→ EXERCISE OBJECTIVE
I'd like every line in the following listing that holds "origin" copied.

→ DATA FOR THIS TASK
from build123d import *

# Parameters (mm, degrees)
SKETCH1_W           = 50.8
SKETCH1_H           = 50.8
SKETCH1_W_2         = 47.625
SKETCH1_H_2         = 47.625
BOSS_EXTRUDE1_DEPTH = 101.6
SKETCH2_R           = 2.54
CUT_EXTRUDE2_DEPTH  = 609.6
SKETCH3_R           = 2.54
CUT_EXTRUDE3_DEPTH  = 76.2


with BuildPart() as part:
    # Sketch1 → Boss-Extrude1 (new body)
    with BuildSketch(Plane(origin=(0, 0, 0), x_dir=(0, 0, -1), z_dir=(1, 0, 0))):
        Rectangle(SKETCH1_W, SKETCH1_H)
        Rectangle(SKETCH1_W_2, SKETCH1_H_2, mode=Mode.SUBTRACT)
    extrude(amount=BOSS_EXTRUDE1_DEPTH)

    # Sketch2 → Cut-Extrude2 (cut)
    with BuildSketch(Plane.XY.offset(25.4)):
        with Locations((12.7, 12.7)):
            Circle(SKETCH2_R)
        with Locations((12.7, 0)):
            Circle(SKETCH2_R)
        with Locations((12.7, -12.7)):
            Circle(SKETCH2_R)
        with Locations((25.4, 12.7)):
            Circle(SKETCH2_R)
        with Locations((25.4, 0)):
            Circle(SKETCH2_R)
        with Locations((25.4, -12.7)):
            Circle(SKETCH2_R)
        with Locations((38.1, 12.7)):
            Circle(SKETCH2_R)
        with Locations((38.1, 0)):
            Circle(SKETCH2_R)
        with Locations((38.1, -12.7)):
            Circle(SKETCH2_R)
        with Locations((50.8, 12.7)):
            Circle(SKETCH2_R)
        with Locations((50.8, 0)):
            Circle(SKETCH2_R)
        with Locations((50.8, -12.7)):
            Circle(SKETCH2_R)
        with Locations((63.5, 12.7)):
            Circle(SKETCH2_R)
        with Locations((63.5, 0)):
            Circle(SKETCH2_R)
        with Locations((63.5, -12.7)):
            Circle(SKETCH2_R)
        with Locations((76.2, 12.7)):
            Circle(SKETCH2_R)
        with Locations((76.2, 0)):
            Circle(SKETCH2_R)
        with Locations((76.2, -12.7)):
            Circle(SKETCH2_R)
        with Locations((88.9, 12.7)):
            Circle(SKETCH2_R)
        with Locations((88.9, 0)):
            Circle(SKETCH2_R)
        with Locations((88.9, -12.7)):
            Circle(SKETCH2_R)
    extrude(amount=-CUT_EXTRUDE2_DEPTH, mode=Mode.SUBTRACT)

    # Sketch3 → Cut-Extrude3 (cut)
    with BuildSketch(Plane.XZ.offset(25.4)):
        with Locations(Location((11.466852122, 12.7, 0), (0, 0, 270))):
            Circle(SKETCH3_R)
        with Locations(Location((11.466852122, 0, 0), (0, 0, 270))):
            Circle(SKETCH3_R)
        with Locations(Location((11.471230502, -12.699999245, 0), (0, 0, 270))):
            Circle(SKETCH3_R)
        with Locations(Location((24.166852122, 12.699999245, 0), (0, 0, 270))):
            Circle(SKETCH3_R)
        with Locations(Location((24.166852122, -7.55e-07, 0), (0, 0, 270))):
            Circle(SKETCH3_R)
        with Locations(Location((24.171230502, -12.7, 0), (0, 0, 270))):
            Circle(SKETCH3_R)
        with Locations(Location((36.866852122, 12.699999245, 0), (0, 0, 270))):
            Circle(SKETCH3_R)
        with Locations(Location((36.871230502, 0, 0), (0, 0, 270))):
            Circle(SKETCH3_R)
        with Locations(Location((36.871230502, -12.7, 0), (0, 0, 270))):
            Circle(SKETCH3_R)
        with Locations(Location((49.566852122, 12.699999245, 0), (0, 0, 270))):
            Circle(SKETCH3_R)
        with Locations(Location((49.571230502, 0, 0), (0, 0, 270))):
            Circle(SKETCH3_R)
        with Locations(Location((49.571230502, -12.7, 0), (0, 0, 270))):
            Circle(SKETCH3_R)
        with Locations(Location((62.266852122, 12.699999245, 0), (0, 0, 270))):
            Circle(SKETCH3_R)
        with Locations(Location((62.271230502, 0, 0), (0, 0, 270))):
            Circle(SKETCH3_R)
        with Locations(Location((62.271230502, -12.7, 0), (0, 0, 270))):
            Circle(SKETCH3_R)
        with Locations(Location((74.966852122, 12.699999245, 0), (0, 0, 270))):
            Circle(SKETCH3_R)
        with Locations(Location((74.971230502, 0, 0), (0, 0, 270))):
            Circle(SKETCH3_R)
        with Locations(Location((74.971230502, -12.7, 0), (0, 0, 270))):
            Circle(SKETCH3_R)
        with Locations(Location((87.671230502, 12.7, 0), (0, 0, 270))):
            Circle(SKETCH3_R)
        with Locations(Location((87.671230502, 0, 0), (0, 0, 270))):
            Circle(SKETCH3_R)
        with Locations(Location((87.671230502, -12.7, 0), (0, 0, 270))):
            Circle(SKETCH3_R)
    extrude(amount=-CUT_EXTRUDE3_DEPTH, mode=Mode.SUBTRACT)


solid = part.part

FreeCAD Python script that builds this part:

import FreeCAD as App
import Part
import Sketcher
Q = App.Units.Quantity

doc = App.newDocument("Part")
body = doc.addObject("PartDesign::Body", "Body")

sketch1 = body.newObject("Sketcher::SketchObject", "Sketch")
sketch1.AttachmentSupport = (doc.getObject("YZ_Plane"), [""])
sketch1.MapMode = "FlatFace"
sketch1.addGeometry([
    Part.LineSegment(App.Vector(25.4, 25.4, 0), App.Vector(-25.4, 25.4, 0)),
    Part.LineSegment(App.Vector(-25.4, 25.4, 0), App.Vector(-25.4, -25.4, 0)),
    Part.LineSegment(App.Vector(-25.4, -25.4, 0), App.Vector(25.4, -25.4, 0)),
    Part.LineSegment(App.Vector(25.4, -25.4, 0), App.Vector(25.4, 25.4, 0)),
    Part.LineSegment(App.Vector(-23.8125, -23.8125, 0), App.Vector(-23.8125, 23.8125, 0)),
    Part.LineSegment(App.Vector(-23.8125, 23.8125, 0), App.Vector(23.8125, 23.8125, 0)),
    Part.LineSegment(App.Vector(23.8125, 23.8125, 0), App.Vector(23.8125, -23.8125, 0)),
    Part.LineSegment(App.Vector(23.8125, -23.8125, 0), App.Vector(-23.8125, -23.8125, 0)),
], False)
sketch1.addConstraint([
    Sketcher.Constraint("Coincident", 0, 2, 1, 1),
    Sketcher.Constraint("Coincident", 1, 2, 2, 1),
    Sketcher.Constraint("Coincident", 2, 2, 3, 1),
    Sketcher.Constraint("Coincident", 3, 2, 0, 1),
    Sketcher.Constraint("Coincident", 4, 2, 5, 1),
    Sketcher.Constraint("Coincident", 5, 2, 6, 1),
    Sketcher.Constraint("Coincident", 6, 2, 7, 1),
    Sketcher.Constraint("Coincident", 7, 2, 4, 1),
    Sketcher.Constraint("Horizontal", 0),
    Sketcher.Constraint("Vertical", 1),
    Sketcher.Constraint("Horizontal", 2),
    Sketcher.Constraint("Vertical", 3),
    Sketcher.Constraint("Vertical", 4),
    Sketcher.Constraint("Horizontal", 5),
    Sketcher.Constraint("Vertical", 6),
    Sketcher.Constraint("Horizontal", 7),
    Sketcher.Constraint("Symmetric", 0, 2, 2, 2, -1, 1),
    Sketcher.Constraint("Symmetric", 4, 2, 6, 2, -1, 1),
    Sketcher.Constraint("Equal", 2, 1),
    Sketcher.Constraint("Equal", 7, 4),
    Sketcher.Constraint("DistanceX", 0, 2, 0, 1, Q("2 in")),
    Sketcher.Constraint("DistanceX", 5, 1, 5, 2, Q("1.875 in")),
])
pad1 = body.newObject("PartDesign::Pad", "Pad")
pad1.Profile = sketch1
pad1.Length = Q("4 in")

sketch2 = body.newObject("Sketcher::SketchObject", "Sketch001")
sketch2.AttachmentSupport = (doc.getObject("XY_Plane"), [""])
sketch2.MapMode = "FlatFace"
sketch2.AttachmentOffset = App.Placement(App.Vector(0, 0, 1 * 25.4), App.Rotation())
sketch2.addGeometry([
    Part.Circle(App.Vector(12.7, 12.7, 0), App.Vector(0, 0, 1), 2.54),
    Part.Circle(App.Vector(12.7, 0, 0), App.Vector(0, 0, 1), 2.54),
    Part.Circle(App.Vector(12.7, -12.7, 0), App.Vector(0, 0, 1), 2.54),
    Part.Circle(App.Vector(25.4, 12.7, 0), App.Vector(0, 0, 1), 2.54),
    Part.Circle(App.Vector(25.4, 0, 0), App.Vector(0, 0, 1), 2.54),
    Part.Circle(App.Vector(25.4, -12.7, 0), App.Vector(0, 0, 1), 2.54),
    Part.Circle(App.Vector(38.1, 12.7, 0), App.Vector(0, 0, 1), 2.54),
    Part.Circle(App.Vector(38.1, 0, 0), App.Vector(0, 0, 1), 2.54),
    Part.Circle(App.Vector(38.1, -12.7, 0), App.Vector(0, 0, 1), 2.54),
    Part.Circle(App.Vector(50.8, 12.7, 0), App.Vector(0, 0, 1), 2.54),
    Part.Circle(App.Vector(50.8, 0, 0), App.Vector(0, 0, 1), 2.54),
    Part.Circle(App.Vector(50.8, -12.7, 0), App.Vector(0, 0, 1), 2.54),
    Part.Circle(App.Vector(63.5, 12.7, 0), App.Vector(0, 0, 1), 2.54),
    Part.Circle(App.Vector(63.5, 0, 0), App.Vector(0, 0, 1), 2.54),
    Part.Circle(App.Vector(63.5, -12.7, 0), App.Vector(0, 0, 1), 2.54),
    Part.Circle(App.Vector(76.2, 12.7, 0), App.Vector(0, 0, 1), 2.54),
    Part.Circle(App.Vector(76.2, 0, 0), App.Vector(0, 0, 1), 2.54),
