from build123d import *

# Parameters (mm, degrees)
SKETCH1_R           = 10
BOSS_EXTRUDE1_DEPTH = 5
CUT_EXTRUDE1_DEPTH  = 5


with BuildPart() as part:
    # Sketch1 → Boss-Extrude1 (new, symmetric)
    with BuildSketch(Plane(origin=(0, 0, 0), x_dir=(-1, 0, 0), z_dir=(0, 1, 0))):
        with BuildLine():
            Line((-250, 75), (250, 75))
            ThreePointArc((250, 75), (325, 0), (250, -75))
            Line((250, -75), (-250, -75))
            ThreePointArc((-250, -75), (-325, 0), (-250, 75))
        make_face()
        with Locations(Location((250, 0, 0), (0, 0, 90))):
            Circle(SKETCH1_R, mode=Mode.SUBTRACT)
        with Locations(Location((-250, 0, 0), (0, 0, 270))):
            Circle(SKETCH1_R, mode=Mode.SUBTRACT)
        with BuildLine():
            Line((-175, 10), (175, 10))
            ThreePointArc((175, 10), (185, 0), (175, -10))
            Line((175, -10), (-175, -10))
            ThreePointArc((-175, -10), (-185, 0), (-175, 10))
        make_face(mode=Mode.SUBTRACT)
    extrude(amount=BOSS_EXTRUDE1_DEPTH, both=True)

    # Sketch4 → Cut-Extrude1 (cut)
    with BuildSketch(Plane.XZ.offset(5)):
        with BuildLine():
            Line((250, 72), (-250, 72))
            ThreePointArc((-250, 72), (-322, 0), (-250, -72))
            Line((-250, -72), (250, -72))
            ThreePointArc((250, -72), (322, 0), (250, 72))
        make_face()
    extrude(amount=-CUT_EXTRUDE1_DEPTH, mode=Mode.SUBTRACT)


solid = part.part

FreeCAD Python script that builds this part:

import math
import FreeCAD as App
import Part
import Sketcher
from FreeCAD import Vector

doc = App.newDocument("Part")
body = doc.addObject("PartDesign::Body", "Body")

# Sketch on XZ plane
sketch1 = body.newObject("Sketcher::SketchObject", "Sketch")
sketch1.AttachmentSupport = (doc.getObject("XZ_Plane"), [""])
sketch1.MapMode = "FlatFace"
sketch1.addGeometry([
    Part.LineSegment(Vector(-250, 75, 0), Vector(250, 75, 0)),  # 0
    Part.ArcOfCircle(Part.Circle(Vector(250, 0, 0), Vector(0, 0, 1), 75), math.radians(-90), math.radians(90)),  # 1
    Part.LineSegment(Vector(250, -75, 0), Vector(-250, -75, 0)),  # 2
    Part.ArcOfCircle(Part.Circle(Vector(-250, 0, 0), Vector(0, 0, 1), 75), math.radians(90), math.radians(270)),  # 3
    Part.Circle(Vector(-250, 0, 0), Vector(0, 0, 1), 10),  # 4
    Part.LineSegment(Vector(175, 10, 0), Vector(-175, 10, 0)),  # 5
    Part.ArcOfCircle(Part.Circle(Vector(-175, 0, 0), Vector(0, 0, 1), 10), math.radians(90), math.radians(270)),  # 6
    Part.LineSegment(Vector(-175, -10, 0), Vector(175, -10, 0)),  # 7
    Part.ArcOfCircle(Part.Circle(Vector(175, 0, 0), Vector(0, 0, 1), 10), math.radians(-90), math.radians(90)),  # 8
    Part.Circle(Vector(250, 0, 0), Vector(0, 0, 1), 10),  # 9
], False)
sketch1.addConstraint([
    Sketcher.Constraint("Tangent", 0, 2, 1, 2),
    Sketcher.Constraint("Tangent", 1, 1, 2, 1),
    Sketcher.Constraint("Tangent", 2, 2, 3, 2),
    Sketcher.Constraint("Tangent", 3, 1, 0, 1),
    Sketcher.Constraint("Tangent", 5, 2, 6, 1),
    Sketcher.Constraint("Tangent", 6, 2, 7, 1),
    Sketcher.Constraint("Tangent", 7, 2, 8, 1),
    Sketcher.Constraint("Tangent", 8, 2, 5, 1),
    Sketcher.Constraint("Horizontal", 0),
    Sketcher.Constraint("Horizontal", 2),
    Sketcher.Constraint("Horizontal", 5),
    Sketcher.Constraint("Horizontal", 7),
    Sketcher.Constraint("Coincident", 4, 3, 3, 3),
    Sketcher.Constraint("Coincident", 9, 3, 1, 3),
    Sketcher.Constraint("Equal", 4, 6),
    Sketcher.Constraint("Equal", 8, 9),
    Sketcher.Constraint("Symmetric", 1, 3, 3, 3, -1, 1),
    Sketcher.Constraint("Symmetric", 6, 3, 8, 3, -1, 1),
    Sketcher.Constraint("Diameter", 4, 20.0),
    Sketcher.Constraint("Radius", 1, 75.0),
    Sketcher.Constraint("DistanceX", 0, 1, 0, 2, 500.0),
    Sketcher.Constraint("DistanceX", 5, 2, 5, 1, 350.0),
])
pad1 = body.newObject("PartDesign::Pad", "Pad")
pad1.Profile = sketch1
pad1.Length = 10
pad1.Midplane = True

# Sketch on XZ plane
sketch2 = body.newObject("Sketcher::SketchObject", "Sketch001")
sketch2.AttachmentSupport = (doc.getObject("XZ_Plane"), [""])
sketch2.MapMode = "FlatFace"
sketch2.AttachmentOffset = App.Placement(Vector(0, 0, 5), App.Rotation())
sketch2.addGeometry([
    Part.LineSegment(Vector(250, 72, 0), Vector(-250, 72, 0)),
    Part.ArcOfCircle(Part.Circle(Vector(-250, 0, 0), Vector(0, 0, 1), 72), math.radians(90), math.radians(270)),
    Part.LineSegment(Vector(-250, -72, 0), Vector(250, -72, 0)),
    Part.ArcOfCircle(Part.Circle(Vector(250, 0, 0), Vector(0, 0, 1), 72), math.radians(-90), math.radians(90)),
], False)
sketch2.addConstraint([
    Sketcher.Constraint("Tangent", 0, 2, 1, 1),
    Sketcher.Constraint("Tangent", 1, 2, 2, 1),
    Sketcher.Constraint("Tangent", 2, 2, 3, 1),
    Sketcher.Constraint("Tangent", 3, 2, 0, 1),
    Sketcher.Constraint("Horizontal", 0),
    Sketcher.Constraint("Horizontal", 2),
    Sketcher.Constraint("Symmetric", 1, 3, 3, 3, -1, 1),
    Sketcher.Constraint("Radius", 1, 72.0),
    Sketcher.Constraint("DistanceX", 0, 2, 0, 1, 500.0),
])
pocket1 = body.newObject("PartDesign::Pocket", "Pocket")
pocket1.Profile = sketch2
pocket1.Length = 5

doc.recompute()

→ THE COMPLETED TASK
    with BuildSketch(Plane(origin=(0, 0, 0), x_dir=(0, 0, -1), z_dir=(1, 0, 0))):
    with BuildSketch(Plane(origin=(0, 0, 0), x_dir=(-1, 0, 0), z_dir=(0, 1, 0))):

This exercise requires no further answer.